-- AVAILABLE DATA follows --

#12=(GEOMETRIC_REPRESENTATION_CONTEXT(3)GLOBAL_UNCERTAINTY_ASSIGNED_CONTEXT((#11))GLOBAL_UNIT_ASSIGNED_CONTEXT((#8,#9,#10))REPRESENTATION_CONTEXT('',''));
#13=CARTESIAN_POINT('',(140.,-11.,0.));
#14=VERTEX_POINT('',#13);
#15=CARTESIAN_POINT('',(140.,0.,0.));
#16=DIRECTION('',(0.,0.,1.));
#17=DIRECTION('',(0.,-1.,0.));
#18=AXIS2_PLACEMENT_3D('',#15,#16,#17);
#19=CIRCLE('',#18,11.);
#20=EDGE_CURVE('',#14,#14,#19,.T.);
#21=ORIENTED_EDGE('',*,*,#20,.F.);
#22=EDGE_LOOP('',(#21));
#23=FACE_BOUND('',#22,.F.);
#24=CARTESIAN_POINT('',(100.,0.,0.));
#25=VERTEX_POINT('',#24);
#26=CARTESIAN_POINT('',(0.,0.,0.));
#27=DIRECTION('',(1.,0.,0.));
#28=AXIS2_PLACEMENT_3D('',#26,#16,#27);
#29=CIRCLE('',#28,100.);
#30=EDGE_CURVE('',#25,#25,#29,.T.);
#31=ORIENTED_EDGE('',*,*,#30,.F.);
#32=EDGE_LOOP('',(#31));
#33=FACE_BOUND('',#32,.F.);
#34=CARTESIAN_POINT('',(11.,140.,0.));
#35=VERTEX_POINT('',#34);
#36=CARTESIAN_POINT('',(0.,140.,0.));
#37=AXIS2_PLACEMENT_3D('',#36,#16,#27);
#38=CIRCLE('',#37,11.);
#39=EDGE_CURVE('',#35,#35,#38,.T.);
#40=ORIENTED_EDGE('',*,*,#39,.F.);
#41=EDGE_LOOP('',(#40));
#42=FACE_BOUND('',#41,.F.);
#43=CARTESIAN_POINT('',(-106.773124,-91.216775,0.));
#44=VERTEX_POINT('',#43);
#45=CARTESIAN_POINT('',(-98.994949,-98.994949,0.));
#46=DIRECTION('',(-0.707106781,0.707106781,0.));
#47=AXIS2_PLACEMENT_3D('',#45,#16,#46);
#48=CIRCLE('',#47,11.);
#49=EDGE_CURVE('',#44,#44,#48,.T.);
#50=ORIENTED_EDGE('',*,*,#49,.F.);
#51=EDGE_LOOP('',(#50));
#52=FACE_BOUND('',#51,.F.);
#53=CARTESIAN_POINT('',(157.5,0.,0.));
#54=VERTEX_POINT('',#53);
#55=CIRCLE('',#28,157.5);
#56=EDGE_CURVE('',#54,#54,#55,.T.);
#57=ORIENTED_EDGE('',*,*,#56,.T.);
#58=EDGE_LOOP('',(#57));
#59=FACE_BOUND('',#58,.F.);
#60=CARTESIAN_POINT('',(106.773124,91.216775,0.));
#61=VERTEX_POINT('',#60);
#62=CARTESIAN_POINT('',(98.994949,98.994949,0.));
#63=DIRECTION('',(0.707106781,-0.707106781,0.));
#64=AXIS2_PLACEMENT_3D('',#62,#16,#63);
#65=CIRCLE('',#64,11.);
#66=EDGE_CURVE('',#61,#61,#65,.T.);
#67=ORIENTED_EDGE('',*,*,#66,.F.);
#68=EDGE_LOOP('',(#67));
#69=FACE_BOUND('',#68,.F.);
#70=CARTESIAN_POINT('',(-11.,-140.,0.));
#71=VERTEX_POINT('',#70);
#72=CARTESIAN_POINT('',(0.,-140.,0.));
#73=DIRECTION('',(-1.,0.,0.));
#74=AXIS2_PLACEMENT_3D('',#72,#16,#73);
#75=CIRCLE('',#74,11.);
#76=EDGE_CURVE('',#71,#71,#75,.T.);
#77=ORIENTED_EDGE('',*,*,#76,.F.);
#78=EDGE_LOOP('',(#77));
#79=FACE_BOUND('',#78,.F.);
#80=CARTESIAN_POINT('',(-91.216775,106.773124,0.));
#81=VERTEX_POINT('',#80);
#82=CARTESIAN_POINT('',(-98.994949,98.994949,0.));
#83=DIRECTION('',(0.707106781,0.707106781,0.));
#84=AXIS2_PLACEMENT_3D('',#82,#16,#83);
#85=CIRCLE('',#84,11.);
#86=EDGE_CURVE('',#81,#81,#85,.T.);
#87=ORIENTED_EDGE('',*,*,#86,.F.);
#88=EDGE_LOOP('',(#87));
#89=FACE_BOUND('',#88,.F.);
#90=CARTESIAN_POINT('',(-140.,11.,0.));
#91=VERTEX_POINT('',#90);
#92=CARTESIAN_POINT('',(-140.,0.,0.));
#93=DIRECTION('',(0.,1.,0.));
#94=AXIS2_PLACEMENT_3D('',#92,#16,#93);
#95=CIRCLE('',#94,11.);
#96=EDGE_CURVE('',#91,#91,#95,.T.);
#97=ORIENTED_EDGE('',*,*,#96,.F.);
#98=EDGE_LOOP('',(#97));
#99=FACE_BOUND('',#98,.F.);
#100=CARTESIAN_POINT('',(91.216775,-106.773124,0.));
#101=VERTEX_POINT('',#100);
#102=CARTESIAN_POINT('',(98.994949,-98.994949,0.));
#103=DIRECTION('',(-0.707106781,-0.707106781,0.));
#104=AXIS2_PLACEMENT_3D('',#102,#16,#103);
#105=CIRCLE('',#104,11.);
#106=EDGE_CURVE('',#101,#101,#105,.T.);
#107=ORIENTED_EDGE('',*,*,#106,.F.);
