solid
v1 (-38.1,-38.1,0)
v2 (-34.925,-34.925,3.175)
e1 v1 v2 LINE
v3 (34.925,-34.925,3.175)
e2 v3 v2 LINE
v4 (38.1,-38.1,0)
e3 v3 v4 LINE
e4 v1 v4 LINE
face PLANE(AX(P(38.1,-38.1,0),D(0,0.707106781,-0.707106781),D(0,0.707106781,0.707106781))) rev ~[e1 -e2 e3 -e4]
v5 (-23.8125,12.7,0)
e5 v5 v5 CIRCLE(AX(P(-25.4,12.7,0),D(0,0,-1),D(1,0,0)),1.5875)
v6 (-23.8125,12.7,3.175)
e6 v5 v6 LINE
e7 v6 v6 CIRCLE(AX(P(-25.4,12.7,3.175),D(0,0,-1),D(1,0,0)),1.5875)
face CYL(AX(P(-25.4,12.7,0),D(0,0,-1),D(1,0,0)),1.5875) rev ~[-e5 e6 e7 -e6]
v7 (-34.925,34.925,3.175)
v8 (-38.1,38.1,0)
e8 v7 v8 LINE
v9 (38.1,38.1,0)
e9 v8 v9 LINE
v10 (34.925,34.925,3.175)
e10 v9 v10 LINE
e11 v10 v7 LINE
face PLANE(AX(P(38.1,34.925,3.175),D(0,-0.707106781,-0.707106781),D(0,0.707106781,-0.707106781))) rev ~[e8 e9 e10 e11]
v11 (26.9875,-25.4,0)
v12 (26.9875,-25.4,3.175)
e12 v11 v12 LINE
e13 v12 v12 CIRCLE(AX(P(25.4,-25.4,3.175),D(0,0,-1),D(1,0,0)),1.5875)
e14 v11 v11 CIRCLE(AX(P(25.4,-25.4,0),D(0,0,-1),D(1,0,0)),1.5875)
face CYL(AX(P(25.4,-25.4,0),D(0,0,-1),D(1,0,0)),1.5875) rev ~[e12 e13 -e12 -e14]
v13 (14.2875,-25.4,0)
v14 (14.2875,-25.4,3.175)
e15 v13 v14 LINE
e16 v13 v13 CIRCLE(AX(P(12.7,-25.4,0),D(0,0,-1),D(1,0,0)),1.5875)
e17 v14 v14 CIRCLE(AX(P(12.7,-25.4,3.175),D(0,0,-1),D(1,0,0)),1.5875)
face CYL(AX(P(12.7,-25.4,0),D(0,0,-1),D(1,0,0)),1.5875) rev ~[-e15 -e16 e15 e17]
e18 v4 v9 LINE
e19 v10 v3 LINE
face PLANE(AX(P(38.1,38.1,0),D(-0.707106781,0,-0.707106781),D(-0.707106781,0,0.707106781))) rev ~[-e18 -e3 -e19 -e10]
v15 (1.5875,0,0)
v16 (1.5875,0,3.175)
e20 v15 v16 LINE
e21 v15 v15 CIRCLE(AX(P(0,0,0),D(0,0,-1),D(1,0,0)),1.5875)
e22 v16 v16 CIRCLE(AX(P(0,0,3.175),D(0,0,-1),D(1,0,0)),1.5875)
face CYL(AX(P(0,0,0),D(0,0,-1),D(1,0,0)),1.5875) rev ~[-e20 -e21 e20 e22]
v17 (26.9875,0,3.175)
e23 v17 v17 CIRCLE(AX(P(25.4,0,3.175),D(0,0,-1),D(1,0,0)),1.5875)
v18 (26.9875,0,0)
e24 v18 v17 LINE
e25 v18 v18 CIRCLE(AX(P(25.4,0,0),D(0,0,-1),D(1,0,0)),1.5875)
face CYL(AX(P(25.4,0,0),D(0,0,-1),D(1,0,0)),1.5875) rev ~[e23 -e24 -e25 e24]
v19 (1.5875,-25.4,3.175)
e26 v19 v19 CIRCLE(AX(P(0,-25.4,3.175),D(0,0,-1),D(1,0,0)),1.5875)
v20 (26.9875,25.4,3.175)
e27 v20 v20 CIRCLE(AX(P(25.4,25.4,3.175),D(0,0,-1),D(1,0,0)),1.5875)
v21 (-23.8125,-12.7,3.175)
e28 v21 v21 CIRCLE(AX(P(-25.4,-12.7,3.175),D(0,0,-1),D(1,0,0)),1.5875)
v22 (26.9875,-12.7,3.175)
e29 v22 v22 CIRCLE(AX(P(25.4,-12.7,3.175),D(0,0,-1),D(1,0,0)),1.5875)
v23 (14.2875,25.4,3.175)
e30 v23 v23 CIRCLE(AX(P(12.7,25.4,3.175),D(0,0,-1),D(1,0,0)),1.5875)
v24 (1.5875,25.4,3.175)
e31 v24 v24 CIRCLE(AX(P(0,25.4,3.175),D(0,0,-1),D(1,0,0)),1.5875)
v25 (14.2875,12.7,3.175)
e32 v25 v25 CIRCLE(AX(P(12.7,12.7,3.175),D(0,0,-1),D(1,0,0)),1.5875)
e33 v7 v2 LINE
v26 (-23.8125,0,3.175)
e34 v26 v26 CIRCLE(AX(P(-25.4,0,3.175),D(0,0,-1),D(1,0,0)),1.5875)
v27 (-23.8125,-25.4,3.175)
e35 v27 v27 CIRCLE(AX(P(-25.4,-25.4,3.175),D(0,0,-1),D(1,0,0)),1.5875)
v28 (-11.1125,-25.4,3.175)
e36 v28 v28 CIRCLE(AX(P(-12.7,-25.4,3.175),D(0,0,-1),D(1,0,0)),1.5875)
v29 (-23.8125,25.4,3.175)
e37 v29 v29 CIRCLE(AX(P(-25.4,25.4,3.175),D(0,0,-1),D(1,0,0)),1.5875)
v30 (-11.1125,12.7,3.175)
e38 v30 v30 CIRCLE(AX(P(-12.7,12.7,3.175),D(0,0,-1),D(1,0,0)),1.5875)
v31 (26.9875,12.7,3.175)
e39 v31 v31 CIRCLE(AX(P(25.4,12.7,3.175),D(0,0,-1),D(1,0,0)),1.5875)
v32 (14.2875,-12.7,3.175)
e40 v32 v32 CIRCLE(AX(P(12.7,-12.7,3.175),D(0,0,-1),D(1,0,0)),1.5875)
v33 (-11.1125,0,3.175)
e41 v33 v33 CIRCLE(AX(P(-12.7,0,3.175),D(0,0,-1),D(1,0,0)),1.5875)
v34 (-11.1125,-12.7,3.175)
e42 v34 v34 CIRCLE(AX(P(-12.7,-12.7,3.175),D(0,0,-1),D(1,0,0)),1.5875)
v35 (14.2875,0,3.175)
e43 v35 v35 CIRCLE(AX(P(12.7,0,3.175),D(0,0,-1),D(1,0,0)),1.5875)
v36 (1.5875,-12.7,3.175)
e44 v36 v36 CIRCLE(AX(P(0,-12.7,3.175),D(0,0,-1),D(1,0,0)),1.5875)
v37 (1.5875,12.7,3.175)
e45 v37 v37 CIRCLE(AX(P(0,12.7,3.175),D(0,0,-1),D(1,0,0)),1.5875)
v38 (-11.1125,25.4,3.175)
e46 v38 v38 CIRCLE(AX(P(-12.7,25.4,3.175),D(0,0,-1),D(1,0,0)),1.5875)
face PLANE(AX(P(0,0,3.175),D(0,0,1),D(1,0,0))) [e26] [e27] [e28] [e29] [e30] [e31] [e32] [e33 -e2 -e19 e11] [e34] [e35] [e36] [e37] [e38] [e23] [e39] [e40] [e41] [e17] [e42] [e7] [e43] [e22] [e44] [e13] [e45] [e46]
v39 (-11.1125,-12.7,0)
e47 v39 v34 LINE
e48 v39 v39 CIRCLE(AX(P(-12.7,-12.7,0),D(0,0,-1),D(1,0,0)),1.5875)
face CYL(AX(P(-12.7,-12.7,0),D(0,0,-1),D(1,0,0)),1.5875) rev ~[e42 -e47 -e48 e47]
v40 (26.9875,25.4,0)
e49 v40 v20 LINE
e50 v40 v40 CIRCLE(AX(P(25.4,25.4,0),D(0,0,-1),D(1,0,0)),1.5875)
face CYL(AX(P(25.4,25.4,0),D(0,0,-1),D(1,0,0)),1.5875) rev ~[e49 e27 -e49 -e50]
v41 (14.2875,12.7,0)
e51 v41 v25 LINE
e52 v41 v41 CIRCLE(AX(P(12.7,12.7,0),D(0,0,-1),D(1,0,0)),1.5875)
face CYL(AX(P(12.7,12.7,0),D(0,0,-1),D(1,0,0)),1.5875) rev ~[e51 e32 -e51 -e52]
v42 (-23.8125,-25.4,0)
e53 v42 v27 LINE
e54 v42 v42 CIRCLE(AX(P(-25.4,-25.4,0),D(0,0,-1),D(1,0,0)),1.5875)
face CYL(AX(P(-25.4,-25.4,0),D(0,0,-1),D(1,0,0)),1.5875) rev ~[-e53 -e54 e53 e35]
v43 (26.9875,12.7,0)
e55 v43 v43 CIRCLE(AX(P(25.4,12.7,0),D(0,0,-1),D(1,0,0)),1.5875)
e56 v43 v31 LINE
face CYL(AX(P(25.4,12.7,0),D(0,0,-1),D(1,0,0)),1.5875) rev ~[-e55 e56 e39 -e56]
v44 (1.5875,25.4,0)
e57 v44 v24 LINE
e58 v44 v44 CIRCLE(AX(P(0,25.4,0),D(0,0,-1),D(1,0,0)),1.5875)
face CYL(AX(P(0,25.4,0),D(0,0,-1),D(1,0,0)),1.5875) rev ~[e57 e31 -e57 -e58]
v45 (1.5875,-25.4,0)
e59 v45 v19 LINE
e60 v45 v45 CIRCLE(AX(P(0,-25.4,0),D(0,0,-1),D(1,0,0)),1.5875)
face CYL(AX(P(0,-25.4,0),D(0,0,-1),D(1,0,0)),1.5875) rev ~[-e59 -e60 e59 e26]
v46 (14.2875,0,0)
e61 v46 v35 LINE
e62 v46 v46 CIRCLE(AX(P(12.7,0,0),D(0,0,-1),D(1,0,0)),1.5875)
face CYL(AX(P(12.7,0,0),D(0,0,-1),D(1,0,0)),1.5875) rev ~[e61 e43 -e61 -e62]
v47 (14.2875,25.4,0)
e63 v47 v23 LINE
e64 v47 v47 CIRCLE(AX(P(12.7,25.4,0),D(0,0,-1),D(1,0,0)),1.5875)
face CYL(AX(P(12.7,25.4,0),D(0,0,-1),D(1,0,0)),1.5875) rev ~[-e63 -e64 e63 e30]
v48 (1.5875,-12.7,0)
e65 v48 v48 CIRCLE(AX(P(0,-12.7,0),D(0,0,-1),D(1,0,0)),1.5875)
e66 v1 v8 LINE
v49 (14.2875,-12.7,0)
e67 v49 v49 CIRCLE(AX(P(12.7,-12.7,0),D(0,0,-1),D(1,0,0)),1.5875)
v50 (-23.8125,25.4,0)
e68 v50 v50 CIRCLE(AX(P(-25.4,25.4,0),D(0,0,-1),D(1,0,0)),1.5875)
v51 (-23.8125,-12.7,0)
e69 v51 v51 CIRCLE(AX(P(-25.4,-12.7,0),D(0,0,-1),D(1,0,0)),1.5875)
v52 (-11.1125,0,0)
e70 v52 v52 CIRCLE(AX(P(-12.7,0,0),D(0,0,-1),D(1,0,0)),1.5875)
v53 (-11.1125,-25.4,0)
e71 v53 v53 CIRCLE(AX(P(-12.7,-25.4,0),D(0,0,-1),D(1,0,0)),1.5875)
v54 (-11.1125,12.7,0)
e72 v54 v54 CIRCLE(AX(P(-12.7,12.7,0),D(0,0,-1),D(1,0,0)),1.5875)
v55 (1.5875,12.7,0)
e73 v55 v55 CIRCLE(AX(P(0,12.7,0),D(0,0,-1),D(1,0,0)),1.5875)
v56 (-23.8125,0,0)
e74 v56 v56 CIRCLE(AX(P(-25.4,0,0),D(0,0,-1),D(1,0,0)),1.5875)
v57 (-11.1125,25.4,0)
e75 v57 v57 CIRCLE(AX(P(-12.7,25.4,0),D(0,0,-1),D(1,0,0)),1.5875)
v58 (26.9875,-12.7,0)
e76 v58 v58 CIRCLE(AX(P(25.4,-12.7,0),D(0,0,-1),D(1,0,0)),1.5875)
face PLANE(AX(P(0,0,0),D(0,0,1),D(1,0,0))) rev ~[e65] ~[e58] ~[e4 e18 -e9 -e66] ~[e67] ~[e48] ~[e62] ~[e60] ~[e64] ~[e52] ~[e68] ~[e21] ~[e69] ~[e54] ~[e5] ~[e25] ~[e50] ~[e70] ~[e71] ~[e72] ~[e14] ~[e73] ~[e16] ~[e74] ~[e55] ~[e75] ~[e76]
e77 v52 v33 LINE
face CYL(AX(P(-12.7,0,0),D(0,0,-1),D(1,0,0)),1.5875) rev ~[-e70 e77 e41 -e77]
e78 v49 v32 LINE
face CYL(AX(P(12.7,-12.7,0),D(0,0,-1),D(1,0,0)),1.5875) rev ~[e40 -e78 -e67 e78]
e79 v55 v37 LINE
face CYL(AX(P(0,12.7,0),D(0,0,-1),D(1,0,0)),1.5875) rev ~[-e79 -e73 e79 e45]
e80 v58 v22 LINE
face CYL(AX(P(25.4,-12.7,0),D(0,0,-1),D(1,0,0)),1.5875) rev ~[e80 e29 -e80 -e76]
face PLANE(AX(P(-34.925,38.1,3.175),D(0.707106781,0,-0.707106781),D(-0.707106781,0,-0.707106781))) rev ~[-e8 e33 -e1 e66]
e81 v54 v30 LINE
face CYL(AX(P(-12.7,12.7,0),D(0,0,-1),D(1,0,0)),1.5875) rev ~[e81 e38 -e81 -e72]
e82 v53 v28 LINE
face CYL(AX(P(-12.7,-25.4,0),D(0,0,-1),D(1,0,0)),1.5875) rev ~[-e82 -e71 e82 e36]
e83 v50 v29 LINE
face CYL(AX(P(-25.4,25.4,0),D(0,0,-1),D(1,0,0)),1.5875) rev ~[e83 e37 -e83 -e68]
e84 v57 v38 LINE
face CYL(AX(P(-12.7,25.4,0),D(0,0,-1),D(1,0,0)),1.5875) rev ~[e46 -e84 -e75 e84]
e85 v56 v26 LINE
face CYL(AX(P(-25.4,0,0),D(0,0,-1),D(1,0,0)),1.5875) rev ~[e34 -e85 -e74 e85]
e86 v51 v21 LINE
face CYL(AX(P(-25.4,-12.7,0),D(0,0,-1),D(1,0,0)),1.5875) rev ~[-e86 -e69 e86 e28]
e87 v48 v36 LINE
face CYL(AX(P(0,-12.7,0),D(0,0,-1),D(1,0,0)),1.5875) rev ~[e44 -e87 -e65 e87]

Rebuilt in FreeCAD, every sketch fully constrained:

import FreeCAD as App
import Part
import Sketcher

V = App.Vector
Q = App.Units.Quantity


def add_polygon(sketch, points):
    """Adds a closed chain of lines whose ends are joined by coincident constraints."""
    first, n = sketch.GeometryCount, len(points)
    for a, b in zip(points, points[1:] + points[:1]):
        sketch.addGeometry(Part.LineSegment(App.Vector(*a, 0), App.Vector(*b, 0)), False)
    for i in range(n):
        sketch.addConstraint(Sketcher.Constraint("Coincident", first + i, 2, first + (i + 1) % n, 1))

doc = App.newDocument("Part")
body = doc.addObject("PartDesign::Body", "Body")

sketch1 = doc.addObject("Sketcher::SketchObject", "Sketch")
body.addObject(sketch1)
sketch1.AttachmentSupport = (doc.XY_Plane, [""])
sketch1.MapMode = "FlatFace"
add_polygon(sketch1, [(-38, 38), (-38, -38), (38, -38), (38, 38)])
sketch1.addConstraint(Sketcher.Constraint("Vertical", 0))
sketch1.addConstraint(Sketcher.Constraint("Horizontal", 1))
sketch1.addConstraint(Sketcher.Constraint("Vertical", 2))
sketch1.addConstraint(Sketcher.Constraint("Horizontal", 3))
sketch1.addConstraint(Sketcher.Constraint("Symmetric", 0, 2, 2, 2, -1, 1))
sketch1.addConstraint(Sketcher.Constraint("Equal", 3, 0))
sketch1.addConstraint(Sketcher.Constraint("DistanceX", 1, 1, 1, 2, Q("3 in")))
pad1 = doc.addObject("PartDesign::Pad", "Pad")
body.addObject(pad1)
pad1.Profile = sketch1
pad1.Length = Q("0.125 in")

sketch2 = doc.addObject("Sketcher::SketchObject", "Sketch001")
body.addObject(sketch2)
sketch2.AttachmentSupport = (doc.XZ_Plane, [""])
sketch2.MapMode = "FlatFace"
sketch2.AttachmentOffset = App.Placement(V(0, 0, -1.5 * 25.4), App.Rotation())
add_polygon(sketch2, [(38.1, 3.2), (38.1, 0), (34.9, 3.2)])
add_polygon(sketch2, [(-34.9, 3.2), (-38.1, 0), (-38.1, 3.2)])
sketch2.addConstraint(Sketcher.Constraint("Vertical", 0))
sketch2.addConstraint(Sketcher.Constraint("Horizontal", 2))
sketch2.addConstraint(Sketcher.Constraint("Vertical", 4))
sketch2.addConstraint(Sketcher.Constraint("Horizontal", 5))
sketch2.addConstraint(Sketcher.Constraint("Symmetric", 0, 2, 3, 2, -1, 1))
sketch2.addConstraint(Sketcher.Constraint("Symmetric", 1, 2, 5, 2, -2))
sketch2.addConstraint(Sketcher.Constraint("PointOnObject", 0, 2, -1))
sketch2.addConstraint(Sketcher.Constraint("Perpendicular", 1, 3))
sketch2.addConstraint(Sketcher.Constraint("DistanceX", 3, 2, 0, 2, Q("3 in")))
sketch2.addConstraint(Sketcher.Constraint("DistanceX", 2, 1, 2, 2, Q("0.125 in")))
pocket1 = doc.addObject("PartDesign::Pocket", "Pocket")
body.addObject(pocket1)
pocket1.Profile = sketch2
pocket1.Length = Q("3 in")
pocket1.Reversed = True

-- AVAILABLE DATA concluded --

Looking at the entries above, can you reproduce exactly the lines from the one that holds "e57 v44 v24 LINE" through the one that holds "e63 v47 v23 LINE", and only those?

e57 v44 v24 LINE
e58 v44 v44 CIRCLE(AX(P(0,25.4,0),D(0,0,-1),D(1,0,0)),1.5875)
face CYL(AX(P(0,25.4,0),D(0,0,-1),D(1,0,0)),1.5875) rev ~[e57 e31 -e57 -e58]
v45 (1.5875,-25.4,0)
e59 v45 v19 LINE
e60 v45 v45 CIRCLE(AX(P(0,-25.4,0),D(0,0,-1),D(1,0,0)),1.5875)
face CYL(AX(P(0,-25.4,0),D(0,0,-1),D(1,0,0)),1.5875) rev ~[-e59 -e60 e59 e26]
v46 (14.2875,0,0)
e61 v46 v35 LINE
e62 v46 v46 CIRCLE(AX(P(12.7,0,0),D(0,0,-1),D(1,0,0)),1.5875)
face CYL(AX(P(12.7,0,0),D(0,0,-1),D(1,0,0)),1.5875) rev ~[e61 e43 -e61 -e62]
v47 (14.2875,25.4,0)
e63 v47 v23 LINE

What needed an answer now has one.